Figure 6. Late Action of Top3 is Required for Efficient Recombination and Suppression of Ectopic Crossovers

(A) Southern images of crossover (upper panels) and noncrossover (lower panels) analysis from cell subcultures with and without auxin treatment (Top3-AID degradation) at 6.5 hrs and induction of Ndt80 expression at 7 hrs. (B) Quantification of allelic and ectopic crossovers, and noncrossovers from the experiment shown in panel A. Left panels show recombinants as percentage of total hybridizing DNA signal. Right panels show normalized curves to compare the timing of recombinants. (C) Southern blot images of 2D JM analysis. (D) Quantification of individual JM species, total JM levels and normalized JM levels in cells with and without auxin treatment. (E) Quantification of nuclear divisions in the two subcultures. See also Figure S7.

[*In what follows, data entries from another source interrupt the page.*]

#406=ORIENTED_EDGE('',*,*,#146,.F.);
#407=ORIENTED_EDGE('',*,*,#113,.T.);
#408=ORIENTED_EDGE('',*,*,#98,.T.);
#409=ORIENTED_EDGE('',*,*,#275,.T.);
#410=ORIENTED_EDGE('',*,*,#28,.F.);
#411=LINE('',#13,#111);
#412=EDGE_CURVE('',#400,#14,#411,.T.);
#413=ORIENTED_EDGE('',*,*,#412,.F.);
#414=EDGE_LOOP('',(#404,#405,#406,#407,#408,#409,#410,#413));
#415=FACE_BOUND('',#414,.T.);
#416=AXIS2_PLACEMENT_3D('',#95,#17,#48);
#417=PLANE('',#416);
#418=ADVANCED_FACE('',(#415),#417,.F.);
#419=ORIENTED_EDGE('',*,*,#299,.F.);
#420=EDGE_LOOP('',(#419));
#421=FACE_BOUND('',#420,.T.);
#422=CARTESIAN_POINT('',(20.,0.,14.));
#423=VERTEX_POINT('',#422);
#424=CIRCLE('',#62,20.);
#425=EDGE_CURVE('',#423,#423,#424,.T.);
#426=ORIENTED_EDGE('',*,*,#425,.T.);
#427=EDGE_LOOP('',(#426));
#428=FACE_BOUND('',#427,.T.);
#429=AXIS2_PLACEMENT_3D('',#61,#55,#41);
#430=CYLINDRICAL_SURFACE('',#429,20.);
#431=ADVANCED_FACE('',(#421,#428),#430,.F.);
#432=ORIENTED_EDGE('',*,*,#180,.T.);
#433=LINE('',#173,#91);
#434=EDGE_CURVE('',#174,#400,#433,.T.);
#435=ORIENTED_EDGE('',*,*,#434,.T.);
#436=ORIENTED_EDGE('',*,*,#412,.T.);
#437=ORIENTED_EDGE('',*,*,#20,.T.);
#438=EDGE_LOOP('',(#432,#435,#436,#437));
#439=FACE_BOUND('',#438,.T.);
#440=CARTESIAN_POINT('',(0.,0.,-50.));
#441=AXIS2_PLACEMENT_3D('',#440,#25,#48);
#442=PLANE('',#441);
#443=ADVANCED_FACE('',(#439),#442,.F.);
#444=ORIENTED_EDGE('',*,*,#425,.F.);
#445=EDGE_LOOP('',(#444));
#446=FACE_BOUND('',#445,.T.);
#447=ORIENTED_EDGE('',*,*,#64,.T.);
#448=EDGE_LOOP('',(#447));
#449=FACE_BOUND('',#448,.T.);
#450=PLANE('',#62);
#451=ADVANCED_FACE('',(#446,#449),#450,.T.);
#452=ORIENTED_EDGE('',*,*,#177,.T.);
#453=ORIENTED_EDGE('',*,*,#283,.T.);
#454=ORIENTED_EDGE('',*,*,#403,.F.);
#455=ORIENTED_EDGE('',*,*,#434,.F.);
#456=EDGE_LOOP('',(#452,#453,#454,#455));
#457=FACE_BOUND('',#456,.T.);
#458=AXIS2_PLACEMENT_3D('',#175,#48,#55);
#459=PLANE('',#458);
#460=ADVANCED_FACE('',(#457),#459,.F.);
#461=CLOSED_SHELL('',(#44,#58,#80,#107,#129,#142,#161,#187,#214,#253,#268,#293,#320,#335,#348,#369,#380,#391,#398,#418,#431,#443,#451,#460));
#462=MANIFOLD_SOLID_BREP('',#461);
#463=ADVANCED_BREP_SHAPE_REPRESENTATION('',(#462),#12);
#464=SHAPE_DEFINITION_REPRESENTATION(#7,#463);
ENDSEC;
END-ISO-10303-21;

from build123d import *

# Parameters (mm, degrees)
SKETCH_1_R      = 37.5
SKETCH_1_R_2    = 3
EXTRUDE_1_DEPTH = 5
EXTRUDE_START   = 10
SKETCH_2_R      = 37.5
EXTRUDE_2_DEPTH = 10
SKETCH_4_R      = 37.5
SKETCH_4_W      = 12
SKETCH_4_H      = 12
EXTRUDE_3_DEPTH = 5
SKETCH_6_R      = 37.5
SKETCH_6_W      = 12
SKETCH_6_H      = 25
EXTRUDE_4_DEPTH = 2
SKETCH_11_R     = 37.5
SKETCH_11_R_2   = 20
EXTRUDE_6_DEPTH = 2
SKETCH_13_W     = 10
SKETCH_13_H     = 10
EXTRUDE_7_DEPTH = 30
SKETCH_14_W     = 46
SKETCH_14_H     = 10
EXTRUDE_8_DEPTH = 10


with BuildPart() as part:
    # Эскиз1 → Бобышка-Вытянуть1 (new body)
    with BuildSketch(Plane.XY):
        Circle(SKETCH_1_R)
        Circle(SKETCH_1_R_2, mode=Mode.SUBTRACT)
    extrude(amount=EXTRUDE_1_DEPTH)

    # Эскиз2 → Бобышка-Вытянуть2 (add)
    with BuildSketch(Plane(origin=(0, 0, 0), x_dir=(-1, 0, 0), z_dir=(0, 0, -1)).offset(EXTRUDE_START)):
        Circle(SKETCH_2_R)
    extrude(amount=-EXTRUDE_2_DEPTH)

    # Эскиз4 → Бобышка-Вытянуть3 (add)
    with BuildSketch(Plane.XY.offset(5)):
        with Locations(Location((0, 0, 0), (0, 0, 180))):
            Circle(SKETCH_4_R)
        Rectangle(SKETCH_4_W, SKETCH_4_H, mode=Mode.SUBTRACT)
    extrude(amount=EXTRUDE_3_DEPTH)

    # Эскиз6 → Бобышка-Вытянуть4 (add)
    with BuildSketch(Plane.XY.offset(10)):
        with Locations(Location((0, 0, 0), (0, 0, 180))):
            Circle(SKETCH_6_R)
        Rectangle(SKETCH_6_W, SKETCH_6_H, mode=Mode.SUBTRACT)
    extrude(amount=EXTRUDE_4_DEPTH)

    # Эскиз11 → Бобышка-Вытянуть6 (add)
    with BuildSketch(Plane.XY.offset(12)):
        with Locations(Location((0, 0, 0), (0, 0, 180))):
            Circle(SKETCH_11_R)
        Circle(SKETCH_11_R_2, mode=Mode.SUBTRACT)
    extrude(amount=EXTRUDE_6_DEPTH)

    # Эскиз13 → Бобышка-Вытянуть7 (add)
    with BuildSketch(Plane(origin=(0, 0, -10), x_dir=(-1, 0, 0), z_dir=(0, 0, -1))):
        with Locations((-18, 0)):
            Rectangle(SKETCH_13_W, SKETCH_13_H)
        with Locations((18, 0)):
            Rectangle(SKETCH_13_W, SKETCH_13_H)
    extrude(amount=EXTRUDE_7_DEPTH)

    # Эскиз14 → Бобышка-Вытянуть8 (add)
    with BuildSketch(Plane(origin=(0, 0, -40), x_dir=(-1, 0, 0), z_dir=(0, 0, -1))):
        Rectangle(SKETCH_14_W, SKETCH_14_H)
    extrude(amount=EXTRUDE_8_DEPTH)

Figure 7. Roles of the Top3-Rmi1 Single-Strand Decatenase in Meiosis

(A) Pathways of meiotic recombination highlighting the prevalent role of STR’s compound helicase-decatenase activity in regulating JM formation; and the late role of the TR decatenase in removing recombination-dependent entanglements. STR dissolves nascent and extended D-loops to reset DSBs. This process will reverse unproductive and excessive strand exchanges allowing DSBs to either engage in new rounds of strand invasion, or to anneal. Annealing can occur either as part of the SDSA process to form Ndt80/Cdc5-independent noncrossovers, or during second-end capture to form dHJ crossover precursors (Lao et al., 2008). The latter involves stabilization by ZMM proteins, such as MutSγ (Msh4-Msh5), which protect crossover-designated dHJs from STR-mediated dissolution. Crossover-specific resolution requires Cdc5/Plk1 and the Exo1-MutLγ ensemble. By dissolving nascent JMs, STR limits accumulation of off-pathway JMs that include mcJMs, trapped and dead-end intermediates, topologically-entrapped JMs, and structures that require resolution by the structure-selective endonucleases. Resolution of such structures involves Cdc5/Plk1, which generally activates JM resolution and directly activates Mus81-Mms4 (Matos et al., 2011). By promoting disassembly of synaptonemal complexes, Cdc5/Plk1 may also expose trapped JMs to the TR decatenase and the structure-selective endonucleases. A subset of noncrossovers derive from Cdc5/Plk1-dependent dissolution by TR. Resolution of some off-pathway JMs may require collaboration of TR and the structure-selective endonucleases, as indicated by the dashed arrow. At late stages, the TR decatenase may act broadly to remove residual entanglements from all JMs. (B) Potential topological constraints and complexities in meiotic JMs that might necessitate a general requirement for the Top3-Rmi1 single-strand decatenase.